I feel depressed when i stop working out. Mainly because I see myself getting smaller in the mirror. Somtimes I think its a curse, because I never felt that way before I started lifting weights.

There are probably other factors that effect my lack of motivation. Those same factors probably contribute to my depression.


----------



## Caedmon (Dec 14, 2003)

I've been in a slump as far as exercise lately, and yeah, I feel like crap a lot more too. Hmm.


----------



## emeraldoceans (Sep 13, 2006)

Nae said:


> i notice a difference in my mood and energy when I don't exercise regularly.


 :ditto Exercise has sort of become like an addiction to me now, it helps my SA heaps.


----------



## millenniumman75 (Feb 4, 2005)

Yes, I feel like crud when I miss a day of running.

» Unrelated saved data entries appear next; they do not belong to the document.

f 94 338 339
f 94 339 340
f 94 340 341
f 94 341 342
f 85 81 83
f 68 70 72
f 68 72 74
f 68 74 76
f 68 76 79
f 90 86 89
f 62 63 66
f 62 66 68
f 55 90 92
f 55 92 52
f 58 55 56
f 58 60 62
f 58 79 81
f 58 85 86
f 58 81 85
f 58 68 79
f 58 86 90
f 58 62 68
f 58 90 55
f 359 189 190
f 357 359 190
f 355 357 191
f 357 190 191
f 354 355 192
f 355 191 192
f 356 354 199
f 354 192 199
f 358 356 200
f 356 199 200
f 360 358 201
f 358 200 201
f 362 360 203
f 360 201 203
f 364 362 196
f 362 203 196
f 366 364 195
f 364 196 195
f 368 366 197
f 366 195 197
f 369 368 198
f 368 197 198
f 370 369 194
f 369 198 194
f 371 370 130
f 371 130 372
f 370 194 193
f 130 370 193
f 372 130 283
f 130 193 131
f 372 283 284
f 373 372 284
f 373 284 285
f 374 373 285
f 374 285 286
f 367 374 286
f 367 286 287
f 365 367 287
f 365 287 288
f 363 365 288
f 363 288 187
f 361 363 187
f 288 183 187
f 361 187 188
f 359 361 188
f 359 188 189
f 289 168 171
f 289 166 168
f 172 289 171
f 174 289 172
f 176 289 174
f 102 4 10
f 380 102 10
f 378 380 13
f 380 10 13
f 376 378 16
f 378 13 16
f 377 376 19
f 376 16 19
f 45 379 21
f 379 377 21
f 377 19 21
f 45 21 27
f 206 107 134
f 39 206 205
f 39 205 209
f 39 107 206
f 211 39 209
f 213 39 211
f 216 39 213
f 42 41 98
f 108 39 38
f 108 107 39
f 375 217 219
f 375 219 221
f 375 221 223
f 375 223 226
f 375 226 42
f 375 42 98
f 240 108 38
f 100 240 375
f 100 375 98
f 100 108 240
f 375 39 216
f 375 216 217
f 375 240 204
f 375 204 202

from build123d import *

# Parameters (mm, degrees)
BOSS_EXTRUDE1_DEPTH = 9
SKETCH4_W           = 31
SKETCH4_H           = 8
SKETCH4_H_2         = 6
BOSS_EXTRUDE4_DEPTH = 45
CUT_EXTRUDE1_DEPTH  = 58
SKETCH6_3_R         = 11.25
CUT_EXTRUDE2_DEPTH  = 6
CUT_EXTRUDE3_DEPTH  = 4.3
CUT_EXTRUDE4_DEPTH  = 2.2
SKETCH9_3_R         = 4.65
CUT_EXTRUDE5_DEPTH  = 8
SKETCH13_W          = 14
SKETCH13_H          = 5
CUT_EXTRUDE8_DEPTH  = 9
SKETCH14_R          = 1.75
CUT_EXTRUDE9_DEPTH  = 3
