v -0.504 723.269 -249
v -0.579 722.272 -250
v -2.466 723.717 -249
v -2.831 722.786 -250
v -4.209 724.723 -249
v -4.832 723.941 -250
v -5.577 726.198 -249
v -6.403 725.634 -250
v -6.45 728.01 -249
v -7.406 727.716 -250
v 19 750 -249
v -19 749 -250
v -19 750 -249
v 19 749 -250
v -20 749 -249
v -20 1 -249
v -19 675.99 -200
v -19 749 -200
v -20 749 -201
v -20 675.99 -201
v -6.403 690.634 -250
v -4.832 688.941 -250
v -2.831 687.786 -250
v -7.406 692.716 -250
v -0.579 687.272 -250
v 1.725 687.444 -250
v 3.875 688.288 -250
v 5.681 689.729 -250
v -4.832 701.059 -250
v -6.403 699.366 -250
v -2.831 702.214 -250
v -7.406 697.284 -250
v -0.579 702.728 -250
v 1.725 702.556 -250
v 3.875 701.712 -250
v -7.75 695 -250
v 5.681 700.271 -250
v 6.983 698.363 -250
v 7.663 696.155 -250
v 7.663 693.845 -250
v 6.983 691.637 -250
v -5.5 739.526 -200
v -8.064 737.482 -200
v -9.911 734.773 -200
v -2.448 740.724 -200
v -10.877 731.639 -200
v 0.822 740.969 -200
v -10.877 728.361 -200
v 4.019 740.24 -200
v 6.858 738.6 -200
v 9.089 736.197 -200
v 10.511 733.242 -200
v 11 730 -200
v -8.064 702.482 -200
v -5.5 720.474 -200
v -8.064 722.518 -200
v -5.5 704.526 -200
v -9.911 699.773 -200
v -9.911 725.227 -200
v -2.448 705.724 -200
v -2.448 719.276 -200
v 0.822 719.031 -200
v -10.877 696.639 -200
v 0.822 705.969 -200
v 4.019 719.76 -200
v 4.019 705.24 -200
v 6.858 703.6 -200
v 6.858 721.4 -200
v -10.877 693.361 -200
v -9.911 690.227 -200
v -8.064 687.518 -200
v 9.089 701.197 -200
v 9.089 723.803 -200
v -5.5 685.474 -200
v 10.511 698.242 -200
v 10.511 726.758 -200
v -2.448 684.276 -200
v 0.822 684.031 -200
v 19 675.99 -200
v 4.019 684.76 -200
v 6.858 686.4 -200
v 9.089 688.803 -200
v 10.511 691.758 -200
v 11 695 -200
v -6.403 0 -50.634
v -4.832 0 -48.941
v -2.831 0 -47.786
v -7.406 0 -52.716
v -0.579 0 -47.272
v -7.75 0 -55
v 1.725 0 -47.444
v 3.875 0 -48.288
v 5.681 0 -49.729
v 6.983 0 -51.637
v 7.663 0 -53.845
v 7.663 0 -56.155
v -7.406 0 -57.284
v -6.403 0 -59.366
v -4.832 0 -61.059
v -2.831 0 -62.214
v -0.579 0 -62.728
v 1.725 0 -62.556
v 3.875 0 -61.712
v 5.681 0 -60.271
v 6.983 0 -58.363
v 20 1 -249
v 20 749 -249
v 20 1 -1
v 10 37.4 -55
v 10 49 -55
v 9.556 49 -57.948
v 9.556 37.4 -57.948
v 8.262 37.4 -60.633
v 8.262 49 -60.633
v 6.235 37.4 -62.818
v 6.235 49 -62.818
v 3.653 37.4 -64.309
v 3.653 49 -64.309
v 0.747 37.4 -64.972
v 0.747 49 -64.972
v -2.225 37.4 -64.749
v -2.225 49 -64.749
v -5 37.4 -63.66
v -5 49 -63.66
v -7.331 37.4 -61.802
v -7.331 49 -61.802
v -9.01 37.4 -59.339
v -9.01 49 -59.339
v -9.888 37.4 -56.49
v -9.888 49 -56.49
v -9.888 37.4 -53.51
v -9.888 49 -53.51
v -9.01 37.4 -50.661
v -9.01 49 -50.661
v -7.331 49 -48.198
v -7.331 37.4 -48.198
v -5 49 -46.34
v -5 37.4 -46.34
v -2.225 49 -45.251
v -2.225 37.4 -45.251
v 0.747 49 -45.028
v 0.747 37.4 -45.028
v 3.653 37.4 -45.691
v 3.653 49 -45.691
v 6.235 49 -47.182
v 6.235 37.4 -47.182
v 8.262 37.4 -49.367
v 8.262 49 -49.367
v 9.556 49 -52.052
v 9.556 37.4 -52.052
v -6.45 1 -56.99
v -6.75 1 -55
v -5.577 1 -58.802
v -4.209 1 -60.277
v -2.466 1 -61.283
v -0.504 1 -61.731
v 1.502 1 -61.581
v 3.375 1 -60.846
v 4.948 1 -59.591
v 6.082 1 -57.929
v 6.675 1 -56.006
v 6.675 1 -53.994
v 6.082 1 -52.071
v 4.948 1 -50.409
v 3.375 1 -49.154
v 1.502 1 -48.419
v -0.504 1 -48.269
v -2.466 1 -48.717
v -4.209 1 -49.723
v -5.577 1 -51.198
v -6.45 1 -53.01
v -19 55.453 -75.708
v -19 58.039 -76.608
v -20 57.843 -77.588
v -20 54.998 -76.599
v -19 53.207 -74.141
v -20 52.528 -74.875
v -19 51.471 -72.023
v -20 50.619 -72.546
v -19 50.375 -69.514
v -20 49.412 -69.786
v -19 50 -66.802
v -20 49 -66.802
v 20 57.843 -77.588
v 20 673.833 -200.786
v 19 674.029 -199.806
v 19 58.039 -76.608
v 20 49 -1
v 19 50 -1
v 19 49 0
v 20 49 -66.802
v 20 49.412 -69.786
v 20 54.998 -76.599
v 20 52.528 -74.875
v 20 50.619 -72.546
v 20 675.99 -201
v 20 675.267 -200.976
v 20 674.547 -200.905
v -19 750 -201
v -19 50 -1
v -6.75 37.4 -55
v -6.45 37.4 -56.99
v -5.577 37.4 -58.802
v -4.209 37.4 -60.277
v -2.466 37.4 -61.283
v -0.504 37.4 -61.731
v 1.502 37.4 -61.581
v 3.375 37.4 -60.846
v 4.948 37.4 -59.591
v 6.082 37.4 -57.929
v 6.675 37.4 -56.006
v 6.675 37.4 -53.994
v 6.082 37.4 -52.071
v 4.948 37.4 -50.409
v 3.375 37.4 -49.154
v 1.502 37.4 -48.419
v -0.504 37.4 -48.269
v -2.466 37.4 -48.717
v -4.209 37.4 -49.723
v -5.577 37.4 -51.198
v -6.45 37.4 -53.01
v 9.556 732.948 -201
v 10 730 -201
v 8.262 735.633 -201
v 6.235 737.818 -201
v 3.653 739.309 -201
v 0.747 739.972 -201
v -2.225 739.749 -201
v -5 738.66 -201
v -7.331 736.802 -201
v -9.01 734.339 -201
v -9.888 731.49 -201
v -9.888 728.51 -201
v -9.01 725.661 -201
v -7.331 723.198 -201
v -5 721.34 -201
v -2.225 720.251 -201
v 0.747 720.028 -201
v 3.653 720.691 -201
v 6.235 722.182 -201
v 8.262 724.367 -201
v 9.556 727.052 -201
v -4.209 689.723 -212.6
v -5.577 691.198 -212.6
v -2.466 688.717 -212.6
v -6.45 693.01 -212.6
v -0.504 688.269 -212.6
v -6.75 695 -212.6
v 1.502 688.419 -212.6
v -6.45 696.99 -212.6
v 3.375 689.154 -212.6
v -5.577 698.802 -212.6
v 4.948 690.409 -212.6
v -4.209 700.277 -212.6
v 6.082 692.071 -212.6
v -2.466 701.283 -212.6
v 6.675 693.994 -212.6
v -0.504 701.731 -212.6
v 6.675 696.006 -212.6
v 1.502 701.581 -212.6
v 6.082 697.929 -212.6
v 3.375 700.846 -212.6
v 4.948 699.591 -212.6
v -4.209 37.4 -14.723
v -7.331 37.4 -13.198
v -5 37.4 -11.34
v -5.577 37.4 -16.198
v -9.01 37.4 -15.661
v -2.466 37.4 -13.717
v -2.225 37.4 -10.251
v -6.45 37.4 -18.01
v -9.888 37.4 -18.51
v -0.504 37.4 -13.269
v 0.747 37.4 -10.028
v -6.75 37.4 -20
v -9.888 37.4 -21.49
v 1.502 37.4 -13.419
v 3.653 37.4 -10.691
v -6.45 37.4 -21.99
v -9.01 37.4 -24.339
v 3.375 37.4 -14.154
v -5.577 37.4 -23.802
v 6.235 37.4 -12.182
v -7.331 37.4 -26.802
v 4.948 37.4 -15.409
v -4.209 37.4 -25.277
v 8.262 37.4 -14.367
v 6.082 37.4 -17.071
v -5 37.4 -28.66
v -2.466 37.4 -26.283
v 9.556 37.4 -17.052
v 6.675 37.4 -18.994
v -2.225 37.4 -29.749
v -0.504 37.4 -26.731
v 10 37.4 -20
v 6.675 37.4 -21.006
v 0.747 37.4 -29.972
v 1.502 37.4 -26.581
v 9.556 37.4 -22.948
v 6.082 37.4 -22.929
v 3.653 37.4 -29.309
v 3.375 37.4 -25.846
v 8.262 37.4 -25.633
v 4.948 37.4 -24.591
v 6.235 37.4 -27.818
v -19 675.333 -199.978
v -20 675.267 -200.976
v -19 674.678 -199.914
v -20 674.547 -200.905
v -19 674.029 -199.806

Usually, this happens when I am out-of-town. I still try to find time to run, but it is not always possible.


----------



## IndigoGirl (Aug 13, 2006)

I definitely feel more depressed and unattractive if I haven't worked out.


----------



## Razorblade Kiss (Oct 29, 2006)

Yep, I feel like crap right now. I just hate when I do well with working out, then I'll get lazy and stop. It's even harder for me to start again.


----------



## Astos (Oct 24, 2006)

Yep. I feel kind of empty and kind of depressed when I don't exercise. When I do exercise my whole outlook is much better and I am much more optimistic.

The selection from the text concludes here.